I would appreciate if you say your opinion.
'Juha Niskanen (Haltian)' juha.niskanen@haltian.com [nuttx]
2017-03-22 12:06:34 UTC
Permalink
Hi,


I'm not Greg but here's my take anyway. I don't understand how you infer this kind of change is needed, as that conclusion does not follow from your premises.
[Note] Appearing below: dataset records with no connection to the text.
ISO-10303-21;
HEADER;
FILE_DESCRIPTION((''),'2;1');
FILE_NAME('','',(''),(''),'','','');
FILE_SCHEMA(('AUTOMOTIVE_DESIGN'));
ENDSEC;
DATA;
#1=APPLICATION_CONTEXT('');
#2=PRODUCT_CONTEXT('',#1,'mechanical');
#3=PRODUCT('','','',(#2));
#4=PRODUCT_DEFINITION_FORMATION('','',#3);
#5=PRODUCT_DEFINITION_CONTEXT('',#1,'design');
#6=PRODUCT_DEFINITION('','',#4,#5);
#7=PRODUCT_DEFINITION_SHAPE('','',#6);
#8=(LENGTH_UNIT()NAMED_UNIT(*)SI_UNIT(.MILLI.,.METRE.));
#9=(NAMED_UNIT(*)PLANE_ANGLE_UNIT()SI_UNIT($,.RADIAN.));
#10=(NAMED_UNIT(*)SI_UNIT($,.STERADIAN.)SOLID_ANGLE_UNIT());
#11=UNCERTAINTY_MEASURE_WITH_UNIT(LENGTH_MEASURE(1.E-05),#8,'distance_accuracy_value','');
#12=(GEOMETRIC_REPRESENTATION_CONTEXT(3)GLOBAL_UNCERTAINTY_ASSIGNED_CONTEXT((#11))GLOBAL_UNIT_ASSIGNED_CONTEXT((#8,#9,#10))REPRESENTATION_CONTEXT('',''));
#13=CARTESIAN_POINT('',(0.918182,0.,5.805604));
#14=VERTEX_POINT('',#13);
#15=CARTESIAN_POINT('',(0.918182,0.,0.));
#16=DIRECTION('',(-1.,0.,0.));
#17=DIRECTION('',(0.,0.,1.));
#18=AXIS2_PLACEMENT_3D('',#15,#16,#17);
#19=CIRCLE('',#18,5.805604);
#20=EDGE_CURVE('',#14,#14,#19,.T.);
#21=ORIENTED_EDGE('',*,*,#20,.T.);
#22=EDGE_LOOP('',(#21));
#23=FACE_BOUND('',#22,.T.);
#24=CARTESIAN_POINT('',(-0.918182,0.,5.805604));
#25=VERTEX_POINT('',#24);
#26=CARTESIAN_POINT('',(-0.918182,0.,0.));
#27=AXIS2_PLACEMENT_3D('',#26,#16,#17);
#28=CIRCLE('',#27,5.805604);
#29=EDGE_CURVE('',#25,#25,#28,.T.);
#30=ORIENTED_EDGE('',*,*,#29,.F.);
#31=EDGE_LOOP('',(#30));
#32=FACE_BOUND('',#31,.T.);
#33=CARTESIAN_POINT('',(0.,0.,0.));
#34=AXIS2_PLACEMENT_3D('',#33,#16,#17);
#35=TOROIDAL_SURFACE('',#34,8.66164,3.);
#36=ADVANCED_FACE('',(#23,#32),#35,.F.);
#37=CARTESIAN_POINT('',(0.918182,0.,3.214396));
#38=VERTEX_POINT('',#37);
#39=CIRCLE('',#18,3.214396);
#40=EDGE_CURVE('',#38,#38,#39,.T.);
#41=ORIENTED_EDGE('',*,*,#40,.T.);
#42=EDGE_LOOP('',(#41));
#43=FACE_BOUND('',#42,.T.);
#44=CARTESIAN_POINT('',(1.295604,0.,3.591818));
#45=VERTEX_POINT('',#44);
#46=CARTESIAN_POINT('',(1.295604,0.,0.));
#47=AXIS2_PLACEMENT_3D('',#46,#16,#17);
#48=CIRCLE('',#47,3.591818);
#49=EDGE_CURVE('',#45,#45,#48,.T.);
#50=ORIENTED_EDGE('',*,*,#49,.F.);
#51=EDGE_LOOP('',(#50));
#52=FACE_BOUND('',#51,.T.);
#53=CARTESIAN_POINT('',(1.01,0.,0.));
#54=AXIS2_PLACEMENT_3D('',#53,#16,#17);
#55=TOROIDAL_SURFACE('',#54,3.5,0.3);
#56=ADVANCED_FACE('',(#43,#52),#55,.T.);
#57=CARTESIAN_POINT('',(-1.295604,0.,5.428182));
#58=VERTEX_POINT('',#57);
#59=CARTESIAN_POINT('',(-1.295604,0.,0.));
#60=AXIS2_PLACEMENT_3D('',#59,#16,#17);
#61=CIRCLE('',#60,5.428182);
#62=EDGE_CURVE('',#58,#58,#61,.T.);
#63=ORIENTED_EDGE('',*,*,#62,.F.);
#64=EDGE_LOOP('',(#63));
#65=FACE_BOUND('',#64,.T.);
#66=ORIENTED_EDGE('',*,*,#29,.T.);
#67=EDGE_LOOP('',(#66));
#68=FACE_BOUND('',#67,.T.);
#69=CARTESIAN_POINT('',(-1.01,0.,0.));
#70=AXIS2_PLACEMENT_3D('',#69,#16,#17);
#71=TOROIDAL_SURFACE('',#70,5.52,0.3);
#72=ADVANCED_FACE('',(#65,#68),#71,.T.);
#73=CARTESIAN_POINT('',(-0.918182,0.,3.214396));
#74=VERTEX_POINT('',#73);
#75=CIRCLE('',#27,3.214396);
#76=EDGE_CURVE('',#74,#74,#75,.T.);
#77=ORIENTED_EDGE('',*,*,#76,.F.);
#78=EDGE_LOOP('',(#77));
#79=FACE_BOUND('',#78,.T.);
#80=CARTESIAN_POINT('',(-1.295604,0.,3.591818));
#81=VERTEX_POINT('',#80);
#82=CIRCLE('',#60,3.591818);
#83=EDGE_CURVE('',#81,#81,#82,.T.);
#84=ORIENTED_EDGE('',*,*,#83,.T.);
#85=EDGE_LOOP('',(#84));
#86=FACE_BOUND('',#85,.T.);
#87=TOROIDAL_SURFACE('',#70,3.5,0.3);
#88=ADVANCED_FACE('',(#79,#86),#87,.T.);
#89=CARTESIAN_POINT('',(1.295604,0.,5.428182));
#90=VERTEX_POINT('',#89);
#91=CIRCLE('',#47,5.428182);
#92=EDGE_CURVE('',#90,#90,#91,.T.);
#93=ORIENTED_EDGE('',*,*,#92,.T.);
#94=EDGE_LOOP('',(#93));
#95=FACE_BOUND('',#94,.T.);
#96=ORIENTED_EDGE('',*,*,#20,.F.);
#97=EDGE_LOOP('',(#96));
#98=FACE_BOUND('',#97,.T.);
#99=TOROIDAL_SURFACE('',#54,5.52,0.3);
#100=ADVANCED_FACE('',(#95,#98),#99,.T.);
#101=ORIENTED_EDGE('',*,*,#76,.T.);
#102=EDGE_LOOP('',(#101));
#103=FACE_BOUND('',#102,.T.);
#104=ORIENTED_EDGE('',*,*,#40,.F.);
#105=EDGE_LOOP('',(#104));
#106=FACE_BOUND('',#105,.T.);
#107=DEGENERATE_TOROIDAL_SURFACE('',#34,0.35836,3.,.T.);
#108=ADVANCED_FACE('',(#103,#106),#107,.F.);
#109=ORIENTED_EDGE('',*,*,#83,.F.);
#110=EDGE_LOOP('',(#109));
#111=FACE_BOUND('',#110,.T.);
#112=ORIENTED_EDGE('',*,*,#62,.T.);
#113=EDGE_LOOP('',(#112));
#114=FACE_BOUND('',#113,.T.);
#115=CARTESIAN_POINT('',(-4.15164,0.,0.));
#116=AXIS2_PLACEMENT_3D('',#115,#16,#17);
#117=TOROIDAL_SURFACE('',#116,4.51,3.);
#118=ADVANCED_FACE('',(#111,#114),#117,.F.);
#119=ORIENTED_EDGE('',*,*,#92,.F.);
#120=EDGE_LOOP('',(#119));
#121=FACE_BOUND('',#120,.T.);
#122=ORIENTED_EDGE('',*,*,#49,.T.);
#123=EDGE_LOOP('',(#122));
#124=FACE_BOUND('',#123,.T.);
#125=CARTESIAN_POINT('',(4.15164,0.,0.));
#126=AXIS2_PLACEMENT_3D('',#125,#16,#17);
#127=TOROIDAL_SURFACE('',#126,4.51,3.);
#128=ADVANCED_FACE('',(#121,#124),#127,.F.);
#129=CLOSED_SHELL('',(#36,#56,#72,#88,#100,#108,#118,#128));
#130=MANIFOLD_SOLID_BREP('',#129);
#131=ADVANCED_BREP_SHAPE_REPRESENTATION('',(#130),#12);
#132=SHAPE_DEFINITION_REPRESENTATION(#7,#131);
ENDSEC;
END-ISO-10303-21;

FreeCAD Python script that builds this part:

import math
import FreeCAD as App
import Part
import Sketcher
from FreeCAD import Vector
Q = App.Units.Quantity

doc = App.newDocument("Part")
body = doc.addObject("PartDesign::Body", "Body")

sketch1 = doc.addObject("Sketcher::SketchObject", "Sketch")
body.addObject(sketch1)
sketch1.AttachmentSupport = (doc.XY_Plane, [""])
sketch1.MapMode = "FlatFace"
sketch1.addGeometry([
    Part.ArcOfCircle(Part.Circle(Vector(-1.01, 5.52, 0), Vector(0, 0, 1), 0.3), math.radians(72), math.radians(198)),
    Part.ArcOfCircle(Part.Circle(Vector(-4.15, 4.51, 0), Vector(0, 0, 1), 3), math.radians(-18), math.radians(18)),
    Part.ArcOfCircle(Part.Circle(Vector(-1.01, 3.5, 0), Vector(0, 0, 1), 0.3), math.radians(162), math.radians(288)),
    Part.ArcOfCircle(Part.Circle(Vector(0, 0.36, 0), Vector(0, 0, 1), 3), math.radians(72), math.radians(108)),
    Part.ArcOfCircle(Part.Circle(Vector(1.01, 3.5, 0), Vector(0, 0, 1), 0.3), math.radians(-108), math.radians(18)),
    Part.ArcOfCircle(Part.Circle(Vector(4.15, 4.51, 0), Vector(0, 0, 1), 3), math.radians(162), math.radians(198)),
    Part.ArcOfCircle(Part.Circle(Vector(1.01, 5.52, 0), Vector(0, 0, 1), 0.3), math.radians(-18), math.radians(108)),
    Part.ArcOfCircle(Part.Circle(Vector(0, 8.66, 0), Vector(0, 0, 1), 3), math.radians(-108), math.radians(-72)),
], False)
sketch1.addConstraint([
    Sketcher.Constraint("Tangent", 0, 2, 1, 2),
    Sketcher.Constraint("Tangent", 1, 1, 2, 1),
    Sketcher.Constraint("Tangent", 2, 2, 3, 2),
    Sketcher.Constraint("Tangent", 3, 1, 4, 1),
    Sketcher.Constraint("Tangent", 4, 2, 5, 2),
    Sketcher.Constraint("Tangent", 5, 1, 6, 1),
    Sketcher.Constraint("Tangent", 6, 2, 7, 2),
    Sketcher.Constraint("Tangent", 7, 1, 0, 1),
    Sketcher.Constraint("Equal", 0, 2),
    Sketcher.Constraint("Equal", 1, 3),
    Sketcher.Constraint("Equal", 2, 4),
    Sketcher.Constraint("Equal", 3, 5),
    Sketcher.Constraint("Equal", 4, 6),
    Sketcher.Constraint("Equal", 5, 7),
    Sketcher.Constraint("Symmetric", 2, 3, 4, 3, -2),
    Sketcher.Constraint("Symmetric", 0, 3, 6, 3, -2),
    Sketcher.Constraint("Vertical", 0, 3, 2, 3),
    Sketcher.Constraint("Radius", 1, Q("3 mm")),
    Sketcher.Constraint("Radius", 0, Q("0.3 mm")),
    Sketcher.Constraint("DistanceY", -1, 1, 2, 3, Q("3.5 mm")),
    Sketcher.Constraint("DistanceX", 0, 3, -1, 1, Q("1.01 mm")),
    Sketcher.Constraint("DistanceY", -1, 1, 0, 3, Q("5.52 mm")),
])
revolution = doc.addObject("PartDesign::Revolution", "Revolution")
body.addObject(revolution)
revolution.Profile = sketch1
revolution.ReferenceAxis = (sketch1, ["H_Axis"])
revolution.Angle = 360

doc.recompute()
NuttX code is correct and easier to read than its counterpart in Glibc.


Your change has no utility: it just adds extra logic for hiding errors for buggy code that calls pthread_mutex_unlock() from wrong thread or for unlocked mutex but check the return value != 0. Certainly callers cannot _expect_ to get EPERM, as this is undefined behavior in POSIX, but our manifestation of undefined behavior here makes sense.


Best Regards,

Juha

________________________________
From: ***@yahoogroups.com <***@yahoogroups.com> on behalf of ***@samsung.com [nuttx] <***@yahoogroups.com>
Sent: Wednesday, March 22, 2017 1:08:48 PM
To: ***@yahoogroups.com
Subject: [nuttx] Question about pthread_mutex_unlock()




Hi, Greg.

I compared pthread_mutex_unlock implementation between Nuttx and glibc.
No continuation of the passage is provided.